A process for preparing fexofenadine is described that includes the purification of 4-[4-chloro-1-oxobutyl]-2,2-dimethylphenyl acetic acid alkyl ester by means of suspension in a hydrocarbon, preferably n-heptane. The compound thus obtained is dissolved in a suitable solvent and condensed with azacyclanol to give the compound shown below
Figure US20100016599A1-20100121-C00001
where R is an alkyl radical, which is then hydrolysed and reduced to give fexofenadine.

Description

  • The object of the present invention is a process for preparing fexofenadine comprising the purification of 4-[4-chloro-1-oxobutyl]-2,2-dimethylphenyl acetic acid methyl ester; more in detail, the present invention concerns a process for preparing fexofenadine, the formula of which is shown below
  • Figure US20100016599A1-20100121-C00002
  • from 4-[4-chloro-1-oxobutyl]-2,2-dimethylphenyl acetic acid alkyl ester the formula of which is also that shown below
  • Figure US20100016599A1-20100121-C00003
  • where R is alkyl, preferably C1-C4, still more preferably methyl.

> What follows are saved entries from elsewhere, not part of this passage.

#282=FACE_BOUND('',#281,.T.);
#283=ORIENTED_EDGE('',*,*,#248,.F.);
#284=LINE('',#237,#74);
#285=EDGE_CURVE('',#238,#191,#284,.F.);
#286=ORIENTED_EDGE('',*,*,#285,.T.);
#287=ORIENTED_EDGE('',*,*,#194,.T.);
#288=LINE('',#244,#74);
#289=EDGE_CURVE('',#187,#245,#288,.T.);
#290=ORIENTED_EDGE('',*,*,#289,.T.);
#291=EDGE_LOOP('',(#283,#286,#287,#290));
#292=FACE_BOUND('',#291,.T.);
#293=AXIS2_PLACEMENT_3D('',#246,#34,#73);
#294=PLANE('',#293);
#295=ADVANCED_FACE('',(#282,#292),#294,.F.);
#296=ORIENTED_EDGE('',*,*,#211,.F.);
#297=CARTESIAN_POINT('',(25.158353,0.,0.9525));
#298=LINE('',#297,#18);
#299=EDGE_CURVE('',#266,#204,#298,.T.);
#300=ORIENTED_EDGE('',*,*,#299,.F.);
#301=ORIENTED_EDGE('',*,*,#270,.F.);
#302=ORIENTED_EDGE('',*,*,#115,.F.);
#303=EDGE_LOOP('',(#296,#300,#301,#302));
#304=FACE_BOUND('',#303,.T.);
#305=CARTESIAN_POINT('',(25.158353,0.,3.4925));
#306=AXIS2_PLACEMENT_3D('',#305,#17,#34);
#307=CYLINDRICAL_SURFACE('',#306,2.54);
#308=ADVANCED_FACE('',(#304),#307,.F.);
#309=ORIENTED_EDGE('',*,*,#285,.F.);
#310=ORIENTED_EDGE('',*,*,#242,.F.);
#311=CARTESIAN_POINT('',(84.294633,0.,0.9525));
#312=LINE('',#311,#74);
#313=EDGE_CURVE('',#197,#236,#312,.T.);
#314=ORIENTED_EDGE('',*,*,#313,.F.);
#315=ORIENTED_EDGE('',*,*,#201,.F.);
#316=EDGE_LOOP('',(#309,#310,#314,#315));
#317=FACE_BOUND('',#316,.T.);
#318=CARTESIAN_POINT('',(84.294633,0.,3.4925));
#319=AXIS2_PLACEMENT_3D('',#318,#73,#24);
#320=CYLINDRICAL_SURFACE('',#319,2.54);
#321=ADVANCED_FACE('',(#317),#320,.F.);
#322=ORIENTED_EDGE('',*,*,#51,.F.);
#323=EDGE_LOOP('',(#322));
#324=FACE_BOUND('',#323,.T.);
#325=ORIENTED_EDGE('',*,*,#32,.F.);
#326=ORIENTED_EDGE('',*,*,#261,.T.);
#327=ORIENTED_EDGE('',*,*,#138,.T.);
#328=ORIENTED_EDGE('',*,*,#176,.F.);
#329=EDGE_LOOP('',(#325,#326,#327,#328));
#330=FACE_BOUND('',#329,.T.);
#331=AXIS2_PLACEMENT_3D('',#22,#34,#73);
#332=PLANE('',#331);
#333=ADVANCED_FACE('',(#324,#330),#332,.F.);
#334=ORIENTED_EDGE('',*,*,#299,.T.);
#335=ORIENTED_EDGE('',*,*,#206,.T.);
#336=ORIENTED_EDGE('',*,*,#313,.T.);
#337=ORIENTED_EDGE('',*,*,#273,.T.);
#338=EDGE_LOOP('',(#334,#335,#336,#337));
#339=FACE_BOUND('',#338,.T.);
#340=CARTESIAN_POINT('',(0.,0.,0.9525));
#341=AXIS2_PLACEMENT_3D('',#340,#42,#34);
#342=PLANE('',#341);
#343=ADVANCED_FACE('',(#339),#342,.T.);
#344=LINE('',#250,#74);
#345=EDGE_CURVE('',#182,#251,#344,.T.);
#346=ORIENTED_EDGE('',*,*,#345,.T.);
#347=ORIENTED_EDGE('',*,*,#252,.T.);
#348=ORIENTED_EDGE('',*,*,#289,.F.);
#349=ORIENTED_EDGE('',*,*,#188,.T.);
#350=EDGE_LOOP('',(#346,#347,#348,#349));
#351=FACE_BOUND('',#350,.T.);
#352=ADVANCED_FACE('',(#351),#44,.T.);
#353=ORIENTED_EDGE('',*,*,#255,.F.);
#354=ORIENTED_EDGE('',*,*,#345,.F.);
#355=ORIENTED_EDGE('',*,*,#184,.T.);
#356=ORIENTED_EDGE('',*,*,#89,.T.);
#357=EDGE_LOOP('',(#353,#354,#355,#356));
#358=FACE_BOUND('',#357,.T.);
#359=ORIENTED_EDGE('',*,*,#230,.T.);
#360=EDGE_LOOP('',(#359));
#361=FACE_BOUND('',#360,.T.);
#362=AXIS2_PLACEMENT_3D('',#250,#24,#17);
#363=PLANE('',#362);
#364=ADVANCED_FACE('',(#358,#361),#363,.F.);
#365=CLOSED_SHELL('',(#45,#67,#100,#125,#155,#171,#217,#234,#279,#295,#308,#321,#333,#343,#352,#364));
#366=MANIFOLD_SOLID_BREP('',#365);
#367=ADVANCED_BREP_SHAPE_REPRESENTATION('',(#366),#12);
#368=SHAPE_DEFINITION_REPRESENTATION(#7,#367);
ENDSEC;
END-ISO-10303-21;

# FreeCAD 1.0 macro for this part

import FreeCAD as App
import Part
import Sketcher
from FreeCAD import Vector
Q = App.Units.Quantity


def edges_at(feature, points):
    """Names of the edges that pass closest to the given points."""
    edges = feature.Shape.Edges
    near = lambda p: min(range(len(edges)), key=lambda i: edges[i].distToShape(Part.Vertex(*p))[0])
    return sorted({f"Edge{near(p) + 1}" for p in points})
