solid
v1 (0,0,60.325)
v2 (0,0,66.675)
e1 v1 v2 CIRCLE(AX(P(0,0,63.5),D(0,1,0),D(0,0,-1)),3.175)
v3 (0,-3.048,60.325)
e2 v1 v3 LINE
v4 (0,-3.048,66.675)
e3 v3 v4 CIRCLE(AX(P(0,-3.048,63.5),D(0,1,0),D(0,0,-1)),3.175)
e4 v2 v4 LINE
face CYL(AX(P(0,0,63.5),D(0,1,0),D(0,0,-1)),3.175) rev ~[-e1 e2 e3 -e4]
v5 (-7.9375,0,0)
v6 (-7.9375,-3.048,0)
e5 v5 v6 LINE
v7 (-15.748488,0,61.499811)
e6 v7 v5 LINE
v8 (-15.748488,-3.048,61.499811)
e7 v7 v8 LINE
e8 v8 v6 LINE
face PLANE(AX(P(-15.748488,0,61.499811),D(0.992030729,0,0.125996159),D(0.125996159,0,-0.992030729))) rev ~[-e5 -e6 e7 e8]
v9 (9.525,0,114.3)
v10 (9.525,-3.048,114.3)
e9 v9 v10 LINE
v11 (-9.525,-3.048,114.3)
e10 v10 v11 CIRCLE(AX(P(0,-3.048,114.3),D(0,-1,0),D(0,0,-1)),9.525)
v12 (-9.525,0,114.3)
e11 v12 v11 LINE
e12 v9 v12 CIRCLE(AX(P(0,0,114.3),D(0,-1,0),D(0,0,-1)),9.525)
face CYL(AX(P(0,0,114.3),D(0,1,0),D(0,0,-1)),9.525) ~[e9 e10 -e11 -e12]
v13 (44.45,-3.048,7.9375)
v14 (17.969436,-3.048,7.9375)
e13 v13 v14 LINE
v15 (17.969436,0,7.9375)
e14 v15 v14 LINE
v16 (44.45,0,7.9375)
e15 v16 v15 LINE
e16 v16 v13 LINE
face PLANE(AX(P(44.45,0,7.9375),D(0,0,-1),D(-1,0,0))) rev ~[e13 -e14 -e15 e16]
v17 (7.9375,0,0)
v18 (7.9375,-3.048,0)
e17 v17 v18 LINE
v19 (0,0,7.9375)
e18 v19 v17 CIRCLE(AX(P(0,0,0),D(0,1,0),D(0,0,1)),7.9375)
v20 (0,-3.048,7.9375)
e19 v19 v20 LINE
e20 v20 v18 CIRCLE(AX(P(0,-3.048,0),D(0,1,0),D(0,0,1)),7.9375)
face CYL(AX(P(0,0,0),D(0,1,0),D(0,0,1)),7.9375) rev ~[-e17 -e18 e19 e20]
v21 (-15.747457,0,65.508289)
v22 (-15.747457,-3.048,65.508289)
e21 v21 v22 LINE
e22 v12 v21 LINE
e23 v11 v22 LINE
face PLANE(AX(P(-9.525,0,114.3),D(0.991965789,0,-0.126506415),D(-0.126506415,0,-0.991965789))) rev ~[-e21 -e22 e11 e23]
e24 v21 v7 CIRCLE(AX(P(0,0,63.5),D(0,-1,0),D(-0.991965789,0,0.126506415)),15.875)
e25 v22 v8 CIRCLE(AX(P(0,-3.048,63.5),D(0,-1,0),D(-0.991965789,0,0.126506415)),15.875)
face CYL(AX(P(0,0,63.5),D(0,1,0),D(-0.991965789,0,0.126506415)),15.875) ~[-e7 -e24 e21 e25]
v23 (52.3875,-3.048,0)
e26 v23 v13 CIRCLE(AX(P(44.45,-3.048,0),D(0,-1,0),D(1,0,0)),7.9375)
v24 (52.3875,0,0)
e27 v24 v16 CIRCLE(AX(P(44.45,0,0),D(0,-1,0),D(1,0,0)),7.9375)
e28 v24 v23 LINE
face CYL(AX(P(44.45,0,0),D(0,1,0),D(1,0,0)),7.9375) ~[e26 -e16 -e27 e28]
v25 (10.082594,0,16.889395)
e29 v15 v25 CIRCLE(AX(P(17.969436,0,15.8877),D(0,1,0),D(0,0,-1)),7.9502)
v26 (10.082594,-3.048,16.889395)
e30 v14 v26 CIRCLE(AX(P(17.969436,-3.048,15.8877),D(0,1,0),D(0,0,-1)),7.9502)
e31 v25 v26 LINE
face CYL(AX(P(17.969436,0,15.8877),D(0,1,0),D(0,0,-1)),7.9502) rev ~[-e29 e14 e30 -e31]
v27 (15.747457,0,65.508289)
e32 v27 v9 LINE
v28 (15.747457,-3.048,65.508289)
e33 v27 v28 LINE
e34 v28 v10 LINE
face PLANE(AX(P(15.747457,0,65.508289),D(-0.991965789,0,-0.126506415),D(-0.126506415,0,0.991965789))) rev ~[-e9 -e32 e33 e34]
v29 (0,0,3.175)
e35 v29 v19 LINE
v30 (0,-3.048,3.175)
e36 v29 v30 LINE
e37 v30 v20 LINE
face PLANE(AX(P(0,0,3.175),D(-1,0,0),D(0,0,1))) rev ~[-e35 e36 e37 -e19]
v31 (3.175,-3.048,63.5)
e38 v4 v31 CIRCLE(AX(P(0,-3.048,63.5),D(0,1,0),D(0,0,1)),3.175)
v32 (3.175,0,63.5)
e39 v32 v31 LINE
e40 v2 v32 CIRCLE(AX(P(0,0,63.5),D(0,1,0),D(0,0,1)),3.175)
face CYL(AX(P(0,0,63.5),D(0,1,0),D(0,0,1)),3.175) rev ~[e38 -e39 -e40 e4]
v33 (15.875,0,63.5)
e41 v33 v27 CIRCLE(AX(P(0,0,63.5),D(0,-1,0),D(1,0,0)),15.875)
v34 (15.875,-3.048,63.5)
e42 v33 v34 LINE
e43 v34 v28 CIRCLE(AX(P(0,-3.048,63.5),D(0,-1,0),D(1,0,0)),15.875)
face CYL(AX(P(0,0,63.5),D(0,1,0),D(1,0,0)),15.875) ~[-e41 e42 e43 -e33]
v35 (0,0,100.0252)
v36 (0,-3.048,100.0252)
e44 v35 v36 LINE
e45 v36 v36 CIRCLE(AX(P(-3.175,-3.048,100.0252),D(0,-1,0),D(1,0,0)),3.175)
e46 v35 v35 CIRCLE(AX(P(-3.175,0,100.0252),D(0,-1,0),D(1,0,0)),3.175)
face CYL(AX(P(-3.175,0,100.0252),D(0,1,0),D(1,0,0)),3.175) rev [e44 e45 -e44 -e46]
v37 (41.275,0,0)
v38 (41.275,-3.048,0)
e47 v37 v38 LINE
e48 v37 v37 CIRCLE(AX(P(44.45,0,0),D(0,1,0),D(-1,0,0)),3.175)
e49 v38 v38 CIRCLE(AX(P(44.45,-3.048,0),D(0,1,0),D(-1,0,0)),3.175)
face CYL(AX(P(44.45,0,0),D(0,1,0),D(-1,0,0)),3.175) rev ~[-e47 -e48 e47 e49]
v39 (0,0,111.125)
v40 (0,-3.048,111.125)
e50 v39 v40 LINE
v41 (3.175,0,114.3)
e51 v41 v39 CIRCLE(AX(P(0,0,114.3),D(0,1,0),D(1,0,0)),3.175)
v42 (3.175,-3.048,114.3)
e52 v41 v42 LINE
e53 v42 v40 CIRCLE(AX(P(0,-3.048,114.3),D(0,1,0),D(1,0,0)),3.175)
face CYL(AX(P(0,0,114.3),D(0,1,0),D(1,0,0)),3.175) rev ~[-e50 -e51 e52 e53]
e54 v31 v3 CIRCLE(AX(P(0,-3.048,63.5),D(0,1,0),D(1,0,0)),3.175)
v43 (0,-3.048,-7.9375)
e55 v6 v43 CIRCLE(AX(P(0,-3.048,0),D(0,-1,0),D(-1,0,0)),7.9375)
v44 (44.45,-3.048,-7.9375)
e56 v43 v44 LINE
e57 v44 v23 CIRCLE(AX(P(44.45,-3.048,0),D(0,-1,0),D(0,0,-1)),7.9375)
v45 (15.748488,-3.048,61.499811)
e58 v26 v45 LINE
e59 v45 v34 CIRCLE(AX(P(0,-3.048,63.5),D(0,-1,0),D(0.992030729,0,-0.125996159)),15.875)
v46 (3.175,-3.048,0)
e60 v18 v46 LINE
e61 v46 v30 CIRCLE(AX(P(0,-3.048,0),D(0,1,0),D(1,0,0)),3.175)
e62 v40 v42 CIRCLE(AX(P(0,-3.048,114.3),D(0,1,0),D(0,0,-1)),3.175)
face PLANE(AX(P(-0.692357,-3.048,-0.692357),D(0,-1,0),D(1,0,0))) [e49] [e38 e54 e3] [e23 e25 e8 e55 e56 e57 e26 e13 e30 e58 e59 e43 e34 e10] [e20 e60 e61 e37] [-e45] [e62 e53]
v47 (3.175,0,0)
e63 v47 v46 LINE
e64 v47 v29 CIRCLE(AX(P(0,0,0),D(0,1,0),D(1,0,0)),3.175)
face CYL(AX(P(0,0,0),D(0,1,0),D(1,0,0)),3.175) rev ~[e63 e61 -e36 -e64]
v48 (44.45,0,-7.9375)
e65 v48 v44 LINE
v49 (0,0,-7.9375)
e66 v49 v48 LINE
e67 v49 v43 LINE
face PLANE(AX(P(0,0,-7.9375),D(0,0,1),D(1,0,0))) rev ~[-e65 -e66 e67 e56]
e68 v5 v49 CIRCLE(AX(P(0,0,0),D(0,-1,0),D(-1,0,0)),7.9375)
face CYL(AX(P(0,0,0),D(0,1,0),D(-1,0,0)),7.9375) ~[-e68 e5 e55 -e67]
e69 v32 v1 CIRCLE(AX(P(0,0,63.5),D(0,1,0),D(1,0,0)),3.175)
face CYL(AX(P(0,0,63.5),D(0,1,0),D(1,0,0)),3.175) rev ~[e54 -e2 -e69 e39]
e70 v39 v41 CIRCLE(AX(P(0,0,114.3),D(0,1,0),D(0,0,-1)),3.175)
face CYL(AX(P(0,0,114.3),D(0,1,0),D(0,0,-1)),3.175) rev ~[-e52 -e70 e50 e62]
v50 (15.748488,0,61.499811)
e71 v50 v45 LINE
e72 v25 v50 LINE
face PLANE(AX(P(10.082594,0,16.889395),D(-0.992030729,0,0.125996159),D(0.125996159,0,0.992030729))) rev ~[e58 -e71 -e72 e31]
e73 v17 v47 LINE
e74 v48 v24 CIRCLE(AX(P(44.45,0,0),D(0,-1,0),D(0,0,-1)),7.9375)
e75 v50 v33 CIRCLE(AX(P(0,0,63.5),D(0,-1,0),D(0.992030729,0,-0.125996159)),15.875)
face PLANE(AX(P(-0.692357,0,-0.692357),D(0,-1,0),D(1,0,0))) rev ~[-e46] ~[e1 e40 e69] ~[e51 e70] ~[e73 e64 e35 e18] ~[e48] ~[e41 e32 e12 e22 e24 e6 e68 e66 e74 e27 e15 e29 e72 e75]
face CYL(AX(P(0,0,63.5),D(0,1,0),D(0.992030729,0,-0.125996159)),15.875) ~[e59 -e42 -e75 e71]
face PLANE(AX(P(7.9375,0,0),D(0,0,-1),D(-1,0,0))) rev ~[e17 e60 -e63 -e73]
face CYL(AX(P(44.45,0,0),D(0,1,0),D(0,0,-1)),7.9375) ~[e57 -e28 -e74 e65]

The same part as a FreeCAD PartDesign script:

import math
import FreeCAD as App
import Part
import Sketcher

V = App.Vector
Q = App.Units.Quantity

doc = App.newDocument("Part")
body = doc.addObject("PartDesign::Body", "Body")

# Sketch on XZ plane
sketch1 = doc.addObject("Sketcher::SketchObject", "Sketch")
body.addObject(sketch1)
sketch1.AttachmentSupport = (doc.XZ_Plane, [""])
sketch1.MapMode = "FlatFace"
sketch1.addGeometry(Part.ArcOfCircle(Part.Circle(V(0, 63.5, 0), V(0, 0, 1), 15.9), math.radians(172.73), math.radians(187.24)), False)
sketch1.addGeometry(Part.LineSegment(V(-15.7, 61.5, 0), V(-7.9, 0, 0)), False)
sketch1.addGeometry(Part.ArcOfCircle(Part.Circle(V(0, 0, 0), V(0, 0, 1), 7.9), math.radians(180), math.radians(270)), False)
sketch1.addGeometry(Part.LineSegment(V(0, -7.9, 0), V(44.5, -7.9, 0)), False)
sketch1.addGeometry(Part.ArcOfCircle(Part.Circle(V(44.5, 0, 0), V(0, 0, 1), 7.9), math.radians(-90), math.radians(0)), False)
sketch1.addGeometry(Part.ArcOfCircle(Part.Circle(V(44.5, 0, 0), V(0, 0, 1), 7.9), math.radians(0), math.radians(90)), False)
sketch1.addGeometry(Part.LineSegment(V(44.5, 7.9, 0), V(18, 7.9, 0)), False)
sketch1.addGeometry(Part.ArcOfCircle(Part.Circle(V(18, 15.9, 0), V(0, 0, 1), 8), math.radians(173), math.radians(270)), False)
sketch1.addGeometry(Part.LineSegment(V(10.1, 16.9, 0), V(15.7, 61.5, 0)), False)
sketch1.addGeometry(Part.ArcOfCircle(Part.Circle(V(0, 63.5, 0), V(0, 0, 1), 15.9), math.radians(-7.24), math.radians(0)), False)
sketch1.addGeometry(Part.ArcOfCircle(Part.Circle(V(0, 63.5, 0), V(0, 0, 1), 15.9), math.radians(0), math.radians(7.27)), False)
sketch1.addGeometry(Part.LineSegment(V(15.7, 65.5, 0), V(9.5, 114.3, 0)), False)
sketch1.addGeometry(Part.ArcOfCircle(Part.Circle(V(0, 114.3, 0), V(0, 0, 1), 9.5), math.radians(0), math.radians(180)), False)
sketch1.addGeometry(Part.LineSegment(V(-9.5, 114.3, 0), V(-15.7, 65.5, 0)), False)
sketch1.addGeometry(Part.ArcOfCircle(Part.Circle(V(0, 0, 0), V(0, 0, 1), 7.9), math.radians(0), math.radians(90)), False)
sketch1.addGeometry(Part.LineSegment(V(7.9, 0, 0), V(3.2, 0, 0)), False)
sketch1.addGeometry(Part.ArcOfCircle(Part.Circle(V(0, 0, 0), V(0, 0, 1), 3.2), math.radians(90), math.radians(360)), False)
sketch1.addGeometry(Part.LineSegment(V(0, 3.2, 0), V(0, 7.9, 0)), False)
sketch1.addGeometry(Part.Circle(V(44.5, 0, 0), V(0, 0, 1), 3.2), False)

  • The process of the present invention comprising the purification of the compound of formula II by means of suspension of this compound in a hydrocarbon.
  • In this process, the compound of FORMULA II is suspended at low temperature in a hydrocarbon and filtered after solidification. The compound thus obtained is dissolved in a suitable solvent and condensed with azacyclanol, the formula of which is shown below
  • Figure US20100016599A1-20100121-C00004
  • to give the compound shown below
  • Figure US20100016599A1-20100121-C00005
  • which is then hydrolysed and reduced to give fexofenadine.
    • PRIOR ART
  • The presence in the intermediate of FORMULA II of the isomer of FORMULA V, shown below, has always been one of the most critical factors in the synthesis of fexofenadine.
  • Figure US20100016599A1-20100121-C00006
  • In patent literature, various methods of separating the isomers of FORMULA II and V have been published which provide for their transformation into the products of FORMULA VI and VII, as described for example in U.S. Pat. No. 6,548,675.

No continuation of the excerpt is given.